Treball Bioinformatica UPF. Simple Implementation of the BLAST algorithmt

Simple Implementation of the BLAST algorithm

The objective of this project is to develop a simple PERL implementation of the ungapped BLAST algorithm for the comparison of two protein (or DNA) sequences according to a specified scoring matrix.

INTRODUCTION

A protein has one or more active sites that characterize its biochemical function. Acceptance of mutations in the middle of an active site is uncommon as they can disrupt the protein function. On the other hand, the segments between the active sites usually allow for more mutations, as they play a role in giving the protein its shape but not in its function.

Accordingly, when comparing two proteins to infer a potential functional homology, we must take into account this variability. It is for this reason that the standard way of performing these searches is with local alignment algorithms. A local alignment of two sequences is an alignment of any substring of one sequence with any substring of the other sequence.

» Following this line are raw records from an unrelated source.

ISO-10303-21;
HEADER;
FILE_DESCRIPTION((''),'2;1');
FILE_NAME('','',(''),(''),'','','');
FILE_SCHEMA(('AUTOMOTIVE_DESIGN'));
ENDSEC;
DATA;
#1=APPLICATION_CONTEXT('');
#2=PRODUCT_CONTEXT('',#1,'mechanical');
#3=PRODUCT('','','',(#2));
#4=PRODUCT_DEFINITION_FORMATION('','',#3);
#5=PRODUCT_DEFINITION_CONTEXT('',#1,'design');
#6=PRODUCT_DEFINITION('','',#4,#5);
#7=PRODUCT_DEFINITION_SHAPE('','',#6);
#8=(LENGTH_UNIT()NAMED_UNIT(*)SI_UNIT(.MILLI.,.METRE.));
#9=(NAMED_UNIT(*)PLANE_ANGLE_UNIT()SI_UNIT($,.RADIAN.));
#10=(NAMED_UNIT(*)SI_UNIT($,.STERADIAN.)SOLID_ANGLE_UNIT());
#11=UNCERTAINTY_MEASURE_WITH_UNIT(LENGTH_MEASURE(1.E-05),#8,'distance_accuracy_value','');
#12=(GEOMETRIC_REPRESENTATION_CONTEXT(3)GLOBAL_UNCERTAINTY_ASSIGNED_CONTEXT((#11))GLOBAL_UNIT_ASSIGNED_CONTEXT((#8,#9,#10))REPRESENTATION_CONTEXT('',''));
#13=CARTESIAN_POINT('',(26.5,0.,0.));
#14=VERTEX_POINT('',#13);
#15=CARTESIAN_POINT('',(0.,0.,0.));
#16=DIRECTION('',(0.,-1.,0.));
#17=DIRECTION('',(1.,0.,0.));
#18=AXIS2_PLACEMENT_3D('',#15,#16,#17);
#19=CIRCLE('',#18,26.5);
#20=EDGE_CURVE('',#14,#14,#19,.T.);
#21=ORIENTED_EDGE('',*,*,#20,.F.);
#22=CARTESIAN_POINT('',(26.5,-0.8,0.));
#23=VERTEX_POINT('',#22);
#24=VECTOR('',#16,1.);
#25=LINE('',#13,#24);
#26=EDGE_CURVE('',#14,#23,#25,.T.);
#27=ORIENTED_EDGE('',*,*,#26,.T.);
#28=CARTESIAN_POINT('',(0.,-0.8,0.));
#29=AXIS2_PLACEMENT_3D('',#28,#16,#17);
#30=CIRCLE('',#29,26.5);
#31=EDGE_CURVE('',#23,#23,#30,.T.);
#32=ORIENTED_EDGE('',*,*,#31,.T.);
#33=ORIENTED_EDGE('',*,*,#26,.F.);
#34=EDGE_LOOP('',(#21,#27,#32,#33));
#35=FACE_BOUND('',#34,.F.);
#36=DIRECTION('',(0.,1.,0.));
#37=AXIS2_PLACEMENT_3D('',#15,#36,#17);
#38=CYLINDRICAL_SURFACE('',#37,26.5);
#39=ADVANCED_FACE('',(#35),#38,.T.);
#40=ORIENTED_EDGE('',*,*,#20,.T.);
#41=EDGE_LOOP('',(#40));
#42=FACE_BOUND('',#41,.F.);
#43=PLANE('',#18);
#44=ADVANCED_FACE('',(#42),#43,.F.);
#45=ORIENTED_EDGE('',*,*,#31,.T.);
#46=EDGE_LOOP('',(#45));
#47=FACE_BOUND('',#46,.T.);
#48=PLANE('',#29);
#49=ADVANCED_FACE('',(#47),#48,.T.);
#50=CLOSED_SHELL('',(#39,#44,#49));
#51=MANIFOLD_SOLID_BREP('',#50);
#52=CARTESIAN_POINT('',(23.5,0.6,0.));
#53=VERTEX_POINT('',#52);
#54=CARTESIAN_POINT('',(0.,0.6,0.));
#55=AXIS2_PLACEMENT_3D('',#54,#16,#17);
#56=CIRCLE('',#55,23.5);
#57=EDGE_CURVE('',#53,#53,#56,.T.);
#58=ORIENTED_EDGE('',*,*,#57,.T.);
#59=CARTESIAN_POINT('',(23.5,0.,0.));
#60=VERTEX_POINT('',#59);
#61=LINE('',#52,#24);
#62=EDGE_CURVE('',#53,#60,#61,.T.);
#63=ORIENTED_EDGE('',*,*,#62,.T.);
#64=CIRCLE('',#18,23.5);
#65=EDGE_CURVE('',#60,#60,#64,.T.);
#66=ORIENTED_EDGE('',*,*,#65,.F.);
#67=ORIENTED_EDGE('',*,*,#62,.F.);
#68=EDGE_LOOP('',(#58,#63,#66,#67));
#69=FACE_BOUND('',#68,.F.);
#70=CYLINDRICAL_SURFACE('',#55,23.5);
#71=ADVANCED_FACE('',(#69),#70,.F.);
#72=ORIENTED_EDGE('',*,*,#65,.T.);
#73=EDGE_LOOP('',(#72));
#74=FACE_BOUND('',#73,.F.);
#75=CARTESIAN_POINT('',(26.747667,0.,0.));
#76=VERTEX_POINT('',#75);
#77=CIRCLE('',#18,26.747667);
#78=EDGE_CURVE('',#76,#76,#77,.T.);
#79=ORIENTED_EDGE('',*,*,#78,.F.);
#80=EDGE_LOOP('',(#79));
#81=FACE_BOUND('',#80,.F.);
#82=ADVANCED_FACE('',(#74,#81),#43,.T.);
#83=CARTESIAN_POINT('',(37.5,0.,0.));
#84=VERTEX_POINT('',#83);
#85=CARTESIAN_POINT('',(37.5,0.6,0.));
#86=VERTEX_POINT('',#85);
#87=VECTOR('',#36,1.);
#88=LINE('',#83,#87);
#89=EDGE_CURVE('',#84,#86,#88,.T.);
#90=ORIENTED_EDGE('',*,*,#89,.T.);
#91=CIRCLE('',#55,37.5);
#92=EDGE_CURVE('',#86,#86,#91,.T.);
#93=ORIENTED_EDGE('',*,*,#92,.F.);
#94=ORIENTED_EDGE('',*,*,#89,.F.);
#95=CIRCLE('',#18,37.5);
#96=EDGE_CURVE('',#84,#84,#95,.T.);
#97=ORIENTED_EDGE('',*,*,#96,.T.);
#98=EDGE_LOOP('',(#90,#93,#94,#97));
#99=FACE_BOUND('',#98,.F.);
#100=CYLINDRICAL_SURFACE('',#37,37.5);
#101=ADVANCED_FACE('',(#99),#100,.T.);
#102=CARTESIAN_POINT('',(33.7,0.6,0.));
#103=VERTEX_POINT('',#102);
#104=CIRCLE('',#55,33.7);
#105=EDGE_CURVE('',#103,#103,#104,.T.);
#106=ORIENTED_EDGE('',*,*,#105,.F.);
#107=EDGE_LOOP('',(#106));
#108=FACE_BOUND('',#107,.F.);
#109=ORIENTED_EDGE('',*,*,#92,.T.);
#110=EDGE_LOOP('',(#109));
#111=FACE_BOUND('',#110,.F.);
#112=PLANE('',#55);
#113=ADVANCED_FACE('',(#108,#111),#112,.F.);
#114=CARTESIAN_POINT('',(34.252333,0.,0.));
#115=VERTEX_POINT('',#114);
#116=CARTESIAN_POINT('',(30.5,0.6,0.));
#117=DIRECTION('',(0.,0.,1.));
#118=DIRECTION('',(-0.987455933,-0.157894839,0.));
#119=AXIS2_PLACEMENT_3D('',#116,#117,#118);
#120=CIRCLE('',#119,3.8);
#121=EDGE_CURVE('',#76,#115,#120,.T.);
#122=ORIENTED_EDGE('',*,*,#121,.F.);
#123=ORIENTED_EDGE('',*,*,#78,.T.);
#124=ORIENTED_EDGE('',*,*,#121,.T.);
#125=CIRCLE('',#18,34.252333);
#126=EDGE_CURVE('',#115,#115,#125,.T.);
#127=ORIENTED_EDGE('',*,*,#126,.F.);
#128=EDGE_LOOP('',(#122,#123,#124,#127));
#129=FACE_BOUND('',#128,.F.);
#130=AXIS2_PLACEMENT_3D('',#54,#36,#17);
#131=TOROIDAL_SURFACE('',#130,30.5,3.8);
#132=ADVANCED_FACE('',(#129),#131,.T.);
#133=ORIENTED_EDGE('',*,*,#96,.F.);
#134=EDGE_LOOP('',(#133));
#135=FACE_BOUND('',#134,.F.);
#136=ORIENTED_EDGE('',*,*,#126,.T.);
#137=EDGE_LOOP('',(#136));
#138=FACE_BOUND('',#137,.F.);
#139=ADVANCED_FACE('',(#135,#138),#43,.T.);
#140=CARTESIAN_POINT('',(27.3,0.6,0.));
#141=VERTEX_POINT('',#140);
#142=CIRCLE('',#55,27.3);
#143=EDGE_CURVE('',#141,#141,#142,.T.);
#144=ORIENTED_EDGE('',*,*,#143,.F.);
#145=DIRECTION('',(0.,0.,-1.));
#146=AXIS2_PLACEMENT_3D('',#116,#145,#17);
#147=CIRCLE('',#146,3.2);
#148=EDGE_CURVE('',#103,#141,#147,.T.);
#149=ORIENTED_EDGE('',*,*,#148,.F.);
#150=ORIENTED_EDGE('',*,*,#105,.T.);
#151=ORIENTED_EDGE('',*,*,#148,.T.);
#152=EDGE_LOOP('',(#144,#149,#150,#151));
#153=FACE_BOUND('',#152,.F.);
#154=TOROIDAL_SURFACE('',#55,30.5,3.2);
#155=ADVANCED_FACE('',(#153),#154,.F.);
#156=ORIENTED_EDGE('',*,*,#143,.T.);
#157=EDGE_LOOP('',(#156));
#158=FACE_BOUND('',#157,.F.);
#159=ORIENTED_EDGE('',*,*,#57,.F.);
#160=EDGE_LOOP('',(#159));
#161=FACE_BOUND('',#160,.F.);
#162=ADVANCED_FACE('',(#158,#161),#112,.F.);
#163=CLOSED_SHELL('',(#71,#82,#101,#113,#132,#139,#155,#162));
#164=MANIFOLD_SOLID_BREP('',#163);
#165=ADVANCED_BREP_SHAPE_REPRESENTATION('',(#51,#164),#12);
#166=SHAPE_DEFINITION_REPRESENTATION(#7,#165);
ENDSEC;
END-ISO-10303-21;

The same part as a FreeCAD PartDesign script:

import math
import FreeCAD as App
import Part
import Sketcher
from FreeCAD import Vector
Q = App.Units.Quantity

doc = App.newDocument("Part")
params = doc.addObject("Spreadsheet::Sheet", "Params")
for row, (alias, value) in enumerate([
    ("sketch1_diameter", "53 mm"),
    ("pad1_length", "0.8 mm"),
    ("sketch2_radius", "3.8 mm"),
    ("sketch2_radius2", "3.2 mm"),
    ("sketch2_width", "3.8 mm"),
    ("sketch2_height", "0.6 mm"),
    ("revolution_angle", "360 deg"),
], start=1):
    params.set(f"A{row}", alias)
    params.set(f"B{row}", "=" + value)
    params.setAlias(f"B{row}", alias)

body = doc.addObject("PartDesign::Body", "Body")

# Sketch on XZ plane
sketch1 = body.newObject("Sketcher::SketchObject", "Sketch")
sketch1.AttachmentSupport = (doc.getObject("XZ_Plane"), [""])
sketch1.MapMode = "FlatFace"
sketch1.addGeometry(Part.Circle(Vector(0, 0, 0), Vector(0, 0, 1), 26), False)
sketch1.addConstraint(Sketcher.Constraint("Coincident", 0, 3, -1, 1))
sketch1.addConstraint(Sketcher.Constraint("Diameter", 0, Q("53 mm")))
sketch1.setExpression("Constraints[1]", "Params.sketch1_diameter")
pad1 = body.newObject("PartDesign::Pad", "Pad")
pad1.Profile = sketch1
pad1.setExpression("Length", "Params.pad1_length")
body2 = doc.addObject("PartDesign::Body", "Body001")

# Sketch on XY plane
sketch2 = body2.newObject("Sketcher::SketchObject", "Sketch001")
sketch2.AttachmentSupport = (doc.getObject("XY_Plane001"), [""])
sketch2.MapMode = "FlatFace"
sketch2.addGeometry(Part.LineSegment(Vector(23.5, 0.6, 0), Vector(23.5, 0, 0)), False)
sketch2.addGeometry(Part.LineSegment(Vector(23.5, 0, 0), Vector(26.7, 0, 0)), False)
sketch2.addGeometry(Part.ArcOfCircle(Part.Circle(Vector(30.5, 0.6, 0), Vector(0, 0, 1), 3.8), math.radians(-171), math.radians(-9)), False)
sketch2.addGeometry(Part.LineSegment(Vector(34.3, 0, 0), Vector(37.5, 0, 0)), False)
sketch2.addGeometry(Part.LineSegment(Vector(37.5, 0, 0), Vector(37.5, 0.6, 0)), False)
sketch2.addGeometry(Part.LineSegment(Vector(37.5, 0.6, 0), Vector(33.7, 0.6, 0)), False)
sketch2.addGeometry(Part.ArcOfCircle(Part.Circle(Vector(30.5, 0.6, 0), Vector(0, 0, 1), 3.2), math.radians(180), math.radians(360)), False)
sketch2.addGeometry(Part.LineSegment(Vector(27.3, 0.6, 0), Vector(23.5, 0.6, 0)), False)
sketch2.addConstraint(Sketcher.Constraint("Coincident", 0, 2, 1, 1))
sketch2.addConstraint(Sketcher.Constraint("Coincident", 1, 2, 2, 1))
sketch2.addConstraint(Sketcher.Constraint("Coincident", 2, 2, 3, 1))
sketch2.addConstraint(Sketcher.Constraint("Coincident", 3, 2, 4, 1))
sketch2.addConstraint(Sketcher.Constraint("Coincident", 4, 2, 5, 1))
sketch2.addConstraint(Sketcher.Constraint("Coincident", 5, 2, 6, 2))
sketch2.addConstraint(Sketcher.Constraint("Coincident", 6, 1, 7, 1))
sketch2.addConstraint(Sketcher.Constraint("Coincident", 7, 2, 0, 1))
sketch2.addConstraint(Sketcher.Constraint("Vertical", 0))
sketch2.addConstraint(Sketcher.Constraint("Horizontal", 1))
sketch2.addConstraint(Sketcher.Constraint("Horizontal", 3))
sketch2.addConstraint(Sketcher.Constraint("Vertical", 4))
sketch2.addConstraint(Sketcher.Constraint("Horizontal", 5))
sketch2.addConstraint(Sketcher.Constraint("Horizontal", 7))
sketch2.addConstraint(Sketcher.Constraint("Coincident", 6, 3, 2, 3))
sketch2.addConstraint(Sketcher.Constraint("PointOnObject", 0, 2, -1))
sketch2.addConstraint(Sketcher.Constraint("PointOnObject", 2, 2, -1))
sketch2.addConstraint(Sketcher.Constraint("Horizontal", 6, 3, 4, 2))
sketch2.addConstraint(Sketcher.Constraint("Horizontal", 5, 2, 6, 1))
sketch2.addConstraint(Sketcher.Constraint("Equal", 1, 3))
sketch2.addConstraint(Sketcher.Constraint("Radius", 2, Q("3.8 mm")))
sketch2.addConstraint(Sketcher.Constraint("Radius", 6, Q("3.2 mm")))
sketch2.addConstraint(Sketcher.Constraint("DistanceX", 5, 2, 5, 1, Q("3.8 mm")))
sketch2.addConstraint(Sketcher.Constraint("DistanceY", 0, 2, 0, 1, Q("0.6 mm")))
sketch2.addConstraint(Sketcher.Constraint("DistanceX", -1, 1, 2, 3, Q("30.5 mm")))
sketch2.setExpression("Constraints[20]", "Params.sketch2_radius")
sketch2.setExpression("Constraints[21]", "Params.sketch2_radius2")
sketch2.setExpression("Constraints[22]", "Params.sketch2_width")
sketch2.setExpression("Constraints[23]", "Params.sketch2_height")
revolution = body2.newObject("PartDesign::Revolution", "Revolution")
revolution.Profile = sketch2
revolution.ReferenceAxis = (sketch2, ["V_Axis"])
revolution.setExpression("Angle", "Params.revolution_angle")

doc.recompute()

The local similarity of two sequences is defined as the highest score obtained by any local alignment between the two sequences. The Needleman-Wunsch dynamic programming algorithm for the global alignment of two sequences can be modified to produce a local alignment. This new algorithm is known as the Smith-Waterman algorithm (SW). The SW algorithm is, however, very slow when searching a large amount of sequences.

A way of improving the running time of the comparison algorithm is using 'heuristics'. This means that, although they can find the best scoring alignment, there is no guarantee of doing so. BLAST is one of those heuristics methods.

BLAST heuristic relies on the following two assumptions:

The first is that most high-scoring alignments contain one or more high-scoring pairs of W-letter substrings called words. The value used for W is typically 3 for aminoacids (10 for nucleotides), but it can vary. BLAST collects seed-alignments by identifying places in both sequences where high-scoring word pairs occur.
The second is that homologous sequences usually contain gap-free alignments of considerable length. Accordingly, the seed-alignments can be subsequently extended to form gap-free alignment blocks.

The BLAST algorithm can then be divided into the following steps:

In the first step the query sequence is processed. We consider a table of all the possible words (for 3-letter words: 20*20*20=8000). To each word we associate the list of positions in the query sequence of all the words than give a high score when aligned with the key word. This is called the query index. The score is calculate according to the scoring matrix. The exact 3-letter match is always high scoring, but note that other matches are also possibly high.
In the second step, we scan the target sequence. We consider all the 3-letter words in the target sequence, and look them up in the query index, to obtain the match position and score to the query. Initially one can consider exact matches. In order to increase sensitivity, we can use a parameter T, and use all the words in the target that score T or greater according to an specified substitution matrix.
Each word hit is subsequently extended to the right and to the left to increase the alignment's score, up to whatever position maximizes the overall alignment score. Note that extensions beyond the first negative score are pointless. Each alignment built in this way is an high-scoring pair or HSP.
The minimum score (S) for the reported HSPs ( and the maximum allowed expected value (E) of the HSPs, but we will not work with E values in this case ) can be specified by the user. HSPs that meet these criteria will be reported by BLAST. Additionally, the user can also specify the maximum number of reported 'found targets' (B) and HSPs (alignments) (V). Note that there can be more than one alignment per target.

SUGGESTED WORK PLANNING

Write a perl program that reads two protein sequences in fasta format and a scoring matrix, e.g.:
```
	./simple_blast.pl  seq1.fa  seq2.fa  blosum62
```
The program should hold in memory the sequences and the scoring matrix for later manipulation.
Consider the first file to correspond to the query. Modify the program above to add the processing of the query sequence, i.e. build a query index for the query sequence: For each 3-letter word in the query sequence, find all the neighbouring words ( the word neighbourhood), that is, all the 3-letter words that only differ from the query word in one letter and have a high score when compared to it. A score is usually high when it is >= 11.
Modify the script to allow to introduce the length of the word and the minimum score for the word nieghbourhood as parameters, W and T, respectively, e.g.
```
	./simple_blast.pl  seq1.fa  seq2.fa  blosum62 W=4 T=10
```
Extend the program to add a function to scan the target sequence. This function should search the target sequence word by word (note the word length used = W) and use the table built from the query sequence to detect hits. Store the found hits.
Extend the program to add a function that extend each one of the hits found in the target sequence. The extension should stop before we add an alignment that makes the score negative. Store all the alignments.
Extend the program to print the alignments sorted by score and beyond a certain length that we can pass as a paramter, e.g.:
```
 
	./simple_blast.pl  seq1.fa  seq2.fa  blosum62 W=4 T=10 L=20
```
It is very important that the program is well documented and for each function there is a clear description of what it does. This documentation must be insde the program and can be in the format of Perl comment using the symbol #.

The description of the project and the results obtained should be clearly explained in a simple web site or in article format. It is important that the work is presented in a way that is reproducible by others. The construction of a web-server will be positively evaluated.